What is needed:
I'd like every record given again exactly, please.

Items from a data source
.....

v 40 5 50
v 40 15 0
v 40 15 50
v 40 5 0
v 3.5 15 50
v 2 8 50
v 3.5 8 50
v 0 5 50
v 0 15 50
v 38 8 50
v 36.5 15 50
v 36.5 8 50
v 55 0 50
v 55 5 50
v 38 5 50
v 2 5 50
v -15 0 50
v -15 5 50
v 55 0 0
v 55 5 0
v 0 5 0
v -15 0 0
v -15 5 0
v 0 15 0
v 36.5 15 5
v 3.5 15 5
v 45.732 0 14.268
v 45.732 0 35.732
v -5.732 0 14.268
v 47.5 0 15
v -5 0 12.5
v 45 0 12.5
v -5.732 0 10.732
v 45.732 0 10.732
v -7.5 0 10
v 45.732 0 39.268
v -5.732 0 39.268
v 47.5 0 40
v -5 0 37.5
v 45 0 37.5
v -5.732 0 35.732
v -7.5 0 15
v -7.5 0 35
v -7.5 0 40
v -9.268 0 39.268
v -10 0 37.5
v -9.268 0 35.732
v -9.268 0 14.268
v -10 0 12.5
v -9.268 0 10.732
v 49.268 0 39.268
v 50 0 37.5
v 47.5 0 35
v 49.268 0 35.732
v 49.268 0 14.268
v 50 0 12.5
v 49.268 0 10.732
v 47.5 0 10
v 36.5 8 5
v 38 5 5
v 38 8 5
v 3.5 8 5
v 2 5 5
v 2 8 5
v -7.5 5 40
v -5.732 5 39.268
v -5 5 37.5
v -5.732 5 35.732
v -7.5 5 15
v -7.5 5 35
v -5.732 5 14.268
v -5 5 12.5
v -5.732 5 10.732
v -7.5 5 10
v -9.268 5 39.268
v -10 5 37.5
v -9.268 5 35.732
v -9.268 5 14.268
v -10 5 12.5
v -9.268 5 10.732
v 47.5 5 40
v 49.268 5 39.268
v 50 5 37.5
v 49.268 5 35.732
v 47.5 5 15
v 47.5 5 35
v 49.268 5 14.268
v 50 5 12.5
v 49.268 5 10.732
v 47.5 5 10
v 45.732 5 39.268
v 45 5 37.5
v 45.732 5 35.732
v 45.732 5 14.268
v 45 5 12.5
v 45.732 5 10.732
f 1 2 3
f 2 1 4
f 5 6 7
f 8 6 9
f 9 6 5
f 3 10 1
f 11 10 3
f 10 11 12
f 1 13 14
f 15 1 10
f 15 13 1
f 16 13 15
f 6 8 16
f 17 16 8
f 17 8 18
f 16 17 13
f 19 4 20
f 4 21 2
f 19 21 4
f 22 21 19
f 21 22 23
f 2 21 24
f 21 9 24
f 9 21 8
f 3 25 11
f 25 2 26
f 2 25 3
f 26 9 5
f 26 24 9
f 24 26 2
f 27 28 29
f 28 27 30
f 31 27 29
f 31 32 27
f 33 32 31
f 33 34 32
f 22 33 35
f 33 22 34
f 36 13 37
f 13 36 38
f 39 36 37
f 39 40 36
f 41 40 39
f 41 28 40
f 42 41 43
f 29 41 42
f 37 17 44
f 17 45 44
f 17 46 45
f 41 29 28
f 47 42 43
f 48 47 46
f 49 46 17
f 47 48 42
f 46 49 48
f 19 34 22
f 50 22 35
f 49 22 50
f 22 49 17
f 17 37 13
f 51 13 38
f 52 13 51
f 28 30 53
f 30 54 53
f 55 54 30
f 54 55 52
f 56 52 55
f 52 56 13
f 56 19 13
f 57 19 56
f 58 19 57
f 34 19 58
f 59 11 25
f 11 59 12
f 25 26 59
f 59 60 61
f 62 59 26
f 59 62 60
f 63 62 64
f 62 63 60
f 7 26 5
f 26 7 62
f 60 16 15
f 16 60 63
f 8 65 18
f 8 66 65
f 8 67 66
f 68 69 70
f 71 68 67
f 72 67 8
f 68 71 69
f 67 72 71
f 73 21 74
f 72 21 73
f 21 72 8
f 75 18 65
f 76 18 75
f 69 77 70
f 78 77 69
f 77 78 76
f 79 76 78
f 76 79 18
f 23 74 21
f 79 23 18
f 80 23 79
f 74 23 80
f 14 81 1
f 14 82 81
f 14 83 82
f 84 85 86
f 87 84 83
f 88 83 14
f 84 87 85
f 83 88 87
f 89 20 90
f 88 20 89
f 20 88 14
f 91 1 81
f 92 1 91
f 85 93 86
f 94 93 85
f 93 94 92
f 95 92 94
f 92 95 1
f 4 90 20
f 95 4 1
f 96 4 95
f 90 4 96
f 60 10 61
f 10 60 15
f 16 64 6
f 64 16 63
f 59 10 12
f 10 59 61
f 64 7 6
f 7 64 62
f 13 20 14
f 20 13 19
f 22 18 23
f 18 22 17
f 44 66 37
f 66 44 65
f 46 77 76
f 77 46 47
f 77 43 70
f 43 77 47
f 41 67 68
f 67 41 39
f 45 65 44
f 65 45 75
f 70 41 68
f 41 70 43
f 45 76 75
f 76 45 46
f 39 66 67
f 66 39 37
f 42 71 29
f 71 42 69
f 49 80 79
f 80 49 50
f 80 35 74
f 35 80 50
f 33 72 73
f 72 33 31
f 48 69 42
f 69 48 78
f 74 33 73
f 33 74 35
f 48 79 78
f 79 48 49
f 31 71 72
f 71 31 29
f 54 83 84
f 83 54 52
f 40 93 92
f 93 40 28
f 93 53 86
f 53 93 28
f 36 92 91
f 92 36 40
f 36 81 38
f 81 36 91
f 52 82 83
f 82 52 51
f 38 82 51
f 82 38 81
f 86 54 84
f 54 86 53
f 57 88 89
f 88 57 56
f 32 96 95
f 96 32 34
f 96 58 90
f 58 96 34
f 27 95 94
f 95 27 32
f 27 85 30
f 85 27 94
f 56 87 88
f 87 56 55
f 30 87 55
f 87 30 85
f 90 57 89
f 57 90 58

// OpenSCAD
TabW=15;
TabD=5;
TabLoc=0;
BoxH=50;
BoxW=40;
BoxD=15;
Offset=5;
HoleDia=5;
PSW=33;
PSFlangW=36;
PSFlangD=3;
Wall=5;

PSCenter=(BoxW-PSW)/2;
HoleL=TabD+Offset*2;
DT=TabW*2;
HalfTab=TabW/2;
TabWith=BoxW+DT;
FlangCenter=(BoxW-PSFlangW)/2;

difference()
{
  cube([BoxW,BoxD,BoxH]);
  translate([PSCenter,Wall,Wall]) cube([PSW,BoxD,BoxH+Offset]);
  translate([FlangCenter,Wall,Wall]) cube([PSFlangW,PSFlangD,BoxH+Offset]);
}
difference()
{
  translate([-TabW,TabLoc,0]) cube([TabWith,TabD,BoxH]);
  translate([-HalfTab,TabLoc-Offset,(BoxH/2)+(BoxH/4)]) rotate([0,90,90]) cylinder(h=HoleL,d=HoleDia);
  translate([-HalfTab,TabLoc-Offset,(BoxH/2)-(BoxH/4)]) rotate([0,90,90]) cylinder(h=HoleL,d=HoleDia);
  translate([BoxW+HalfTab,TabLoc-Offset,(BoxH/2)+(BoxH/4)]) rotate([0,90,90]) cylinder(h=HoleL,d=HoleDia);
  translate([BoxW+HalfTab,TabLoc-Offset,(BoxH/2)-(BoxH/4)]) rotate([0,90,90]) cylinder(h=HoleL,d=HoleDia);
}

.....

Answer for the task:
v 40 5 50
v 40 15 0
v 40 15 50
v 40 5 0
v 3.5 15 50
v 2 8 50
v 3.5 8 50
v 0 5 50
v 0 15 50
v 38 8 50
v 36.5 15 50
v 36.5 8 50
v 55 0 50
v 55 5 50
v 38 5 50
v 2 5 50
v -15 0 50
v -15 5 50
v 55 0 0
v 55 5 0
v 0 5 0
v -15 0 0
v -15 5 0
v 0 15 0
v 36.5 15 5
v 3.5 15 5
v 45.732 0 14.268
v 45.732 0 35.732
v -5.732 0 14.268
v 47.5 0 15
v -5 0 12.5
v 45 0 12.5
v -5.732 0 10.732
v 45.732 0 10.732
v -7.5 0 10
v 45.732 0 39.268
v -5.732 0 39.268
v 47.5 0 40
v -5 0 37.5
v 45 0 37.5
v -5.732 0 35.732
v -7.5 0 15
v -7.5 0 35
v -7.5 0 40
v -9.268 0 39.268
v -10 0 37.5
v -9.268 0 35.732
v -9.268 0 14.268
v -10 0 12.5
v -9.268 0 10.732
v 49.268 0 39.268
v 50 0 37.5
v 47.5 0 35
v 49.268 0 35.732
v 49.268 0 14.268
v 50 0 12.5
v 49.268 0 10.732
v 47.5 0 10
v 36.5 8 5
v 38 5 5
v 38 8 5
v 3.5 8 5
v 2 5 5
v 2 8 5
v -7.5 5 40
v -5.732 5 39.268
v -5 5 37.5
v -5.732 5 35.732
v -7.5 5 15
v -7.5 5 35
v -5.732 5 14.268
v -5 5 12.5
v -5.732 5 10.732
v -7.5 5 10
v -9.268 5 39.268
v -10 5 37.5
v -9.268 5 35.732
v -9.268 5 14.268
v -10 5 12.5
v -9.268 5 10.732
v 47.5 5 40
v 49.268 5 39.268
v 50 5 37.5
v 49.268 5 35.732
v 47.5 5 15
v 47.5 5 35
v 49.268 5 14.268
v 50 5 12.5
v 49.268 5 10.732
v 47.5 5 10
v 45.732 5 39.268
v 45 5 37.5
v 45.732 5 35.732
v 45.732 5 14.268
v 45 5 12.5
v 45.732 5 10.732
f 1 2 3
f 2 1 4
f 5 6 7
f 8 6 9
f 9 6 5
f 3 10 1
f 11 10 3
f 10 11 12
f 1 13 14
f 15 1 10
f 15 13 1
f 16 13 15
f 6 8 16
f 17 16 8
f 17 8 18
f 16 17 13
f 19 4 20
f 4 21 2
f 19 21 4
f 22 21 19
f 21 22 23
f 2 21 24
f 21 9 24
f 9 21 8
f 3 25 11
f 25 2 26
f 2 25 3
f 26 9 5
f 26 24 9
f 24 26 2
f 27 28 29
f 28 27 30
f 31 27 29
f 31 32 27
f 33 32 31
f 33 34 32
f 22 33 35
f 33 22 34
f 36 13 37
f 13 36 38
f 39 36 37
f 39 40 36
f 41 40 39
f 41 28 40
f 42 41 43
f 29 41 42
f 37 17 44
f 17 45 44
f 17 46 45
f 41 29 28
f 47 42 43
f 48 47 46
f 49 46 17
f 47 48 42
f 46 49 48
f 19 34 22
f 50 22 35
f 49 22 50
f 22 49 17
f 17 37 13
f 51 13 38
f 52 13 51
f 28 30 53
f 30 54 53
f 55 54 30
f 54 55 52
f 56 52 55
f 52 56 13
f 56 19 13
f 57 19 56
f 58 19 57
f 34 19 58
f 59 11 25
f 11 59 12
f 25 26 59
f 59 60 61
f 62 59 26
f 59 62 60
f 63 62 64
f 62 63 60
f 7 26 5
f 26 7 62
f 60 16 15
f 16 60 63
f 8 65 18
f 8 66 65
f 8 67 66
f 68 69 70
f 71 68 67
f 72 67 8
f 68 71 69
f 67 72 71
f 73 21 74
f 72 21 73
f 21 72 8
f 75 18 65
f 76 18 75
f 69 77 70
f 78 77 69
f 77 78 76
f 79 76 78
f 76 79 18
f 23 74 21
f 79 23 18
f 80 23 79
f 74 23 80
f 14 81 1
f 14 82 81
f 14 83 82
f 84 85 86
f 87 84 83
f 88 83 14
f 84 87 85
f 83 88 87
f 89 20 90
f 88 20 89
f 20 88 14
f 91 1 81
f 92 1 91
f 85 93 86
f 94 93 85
f 93 94 92
f 95 92 94
f 92 95 1
f 4 90 20
f 95 4 1
f 96 4 95
f 90 4 96
f 60 10 61
f 10 60 15
f 16 64 6
f 64 16 63
f 59 10 12
f 10 59 61
f 64 7 6
f 7 64 62
f 13 20 14
f 20 13 19
f 22 18 23
f 18 22 17
f 44 66 37
f 66 44 65
f 46 77 76
f 77 46 47
f 77 43 70
f 43 77 47
f 41 67 68
f 67 41 39
f 45 65 44
f 65 45 75
f 70 41 68
f 41 70 43
f 45 76 75
f 76 45 46
f 39 66 67
f 66 39 37
f 42 71 29
f 71 42 69
f 49 80 79
f 80 49 50
f 80 35 74
f 35 80 50
f 33 72 73
f 72 33 31
f 48 69 42
f 69 48 78
f 74 33 73
f 33 74 35
f 48 79 78
f 79 48 49
f 31 71 72
f 71 31 29
f 54 83 84
f 83 54 52
f 40 93 92
f 93 40 28
f 93 53 86
f 53 93 28
f 36 92 91
f 92 36 40
f 36 81 38
f 81 36 91
f 52 82 83
f 82 52 51
f 38 82 51
f 82 38 81
f 86 54 84
f 54 86 53
f 57 88 89
f 88 57 56
f 32 96 95
f 96 32 34
f 96 58 90
f 58 96 34
f 27 95 94
f 95 27 32
f 27 85 30
f 85 27 94
f 56 87 88
f 87 56 55
f 30 87 55
f 87 30 85
f 90 57 89
f 57 90 58

// OpenSCAD
TabW=15;
TabD=5;
TabLoc=0;
BoxH=50;
BoxW=40;
BoxD=15;
Offset=5;
HoleDia=5;
PSW=33;
PSFlangW=36;
PSFlangD=3;
Wall=5;

PSCenter=(BoxW-PSW)/2;
HoleL=TabD+Offset*2;
DT=TabW*2;
HalfTab=TabW/2;
TabWith=BoxW+DT;
FlangCenter=(BoxW-PSFlangW)/2;

difference()
{
  cube([BoxW,BoxD,BoxH]);
  translate([PSCenter,Wall,Wall]) cube([PSW,BoxD,BoxH+Offset]);
  translate([FlangCenter,Wall,Wall]) cube([PSFlangW,PSFlangD,BoxH+Offset]);
}
difference()
{
  translate([-TabW,TabLoc,0]) cube([TabWith,TabD,BoxH]);
  translate([-HalfTab,TabLoc-Offset,(BoxH/2)+(BoxH/4)]) rotate([0,90,90]) cylinder(h=HoleL,d=HoleDia);
  translate([-HalfTab,TabLoc-Offset,(BoxH/2)-(BoxH/4)]) rotate([0,90,90]) cylinder(h=HoleL,d=HoleDia);
  translate([BoxW+HalfTab,TabLoc-Offset,(BoxH/2)+(BoxH/4)]) rotate([0,90,90]) cylinder(h=HoleL,d=HoleDia);
  translate([BoxW+HalfTab,TabLoc-Offset,(BoxH/2)-(BoxH/4)]) rotate([0,90,90]) cylinder(h=HoleL,d=HoleDia);
}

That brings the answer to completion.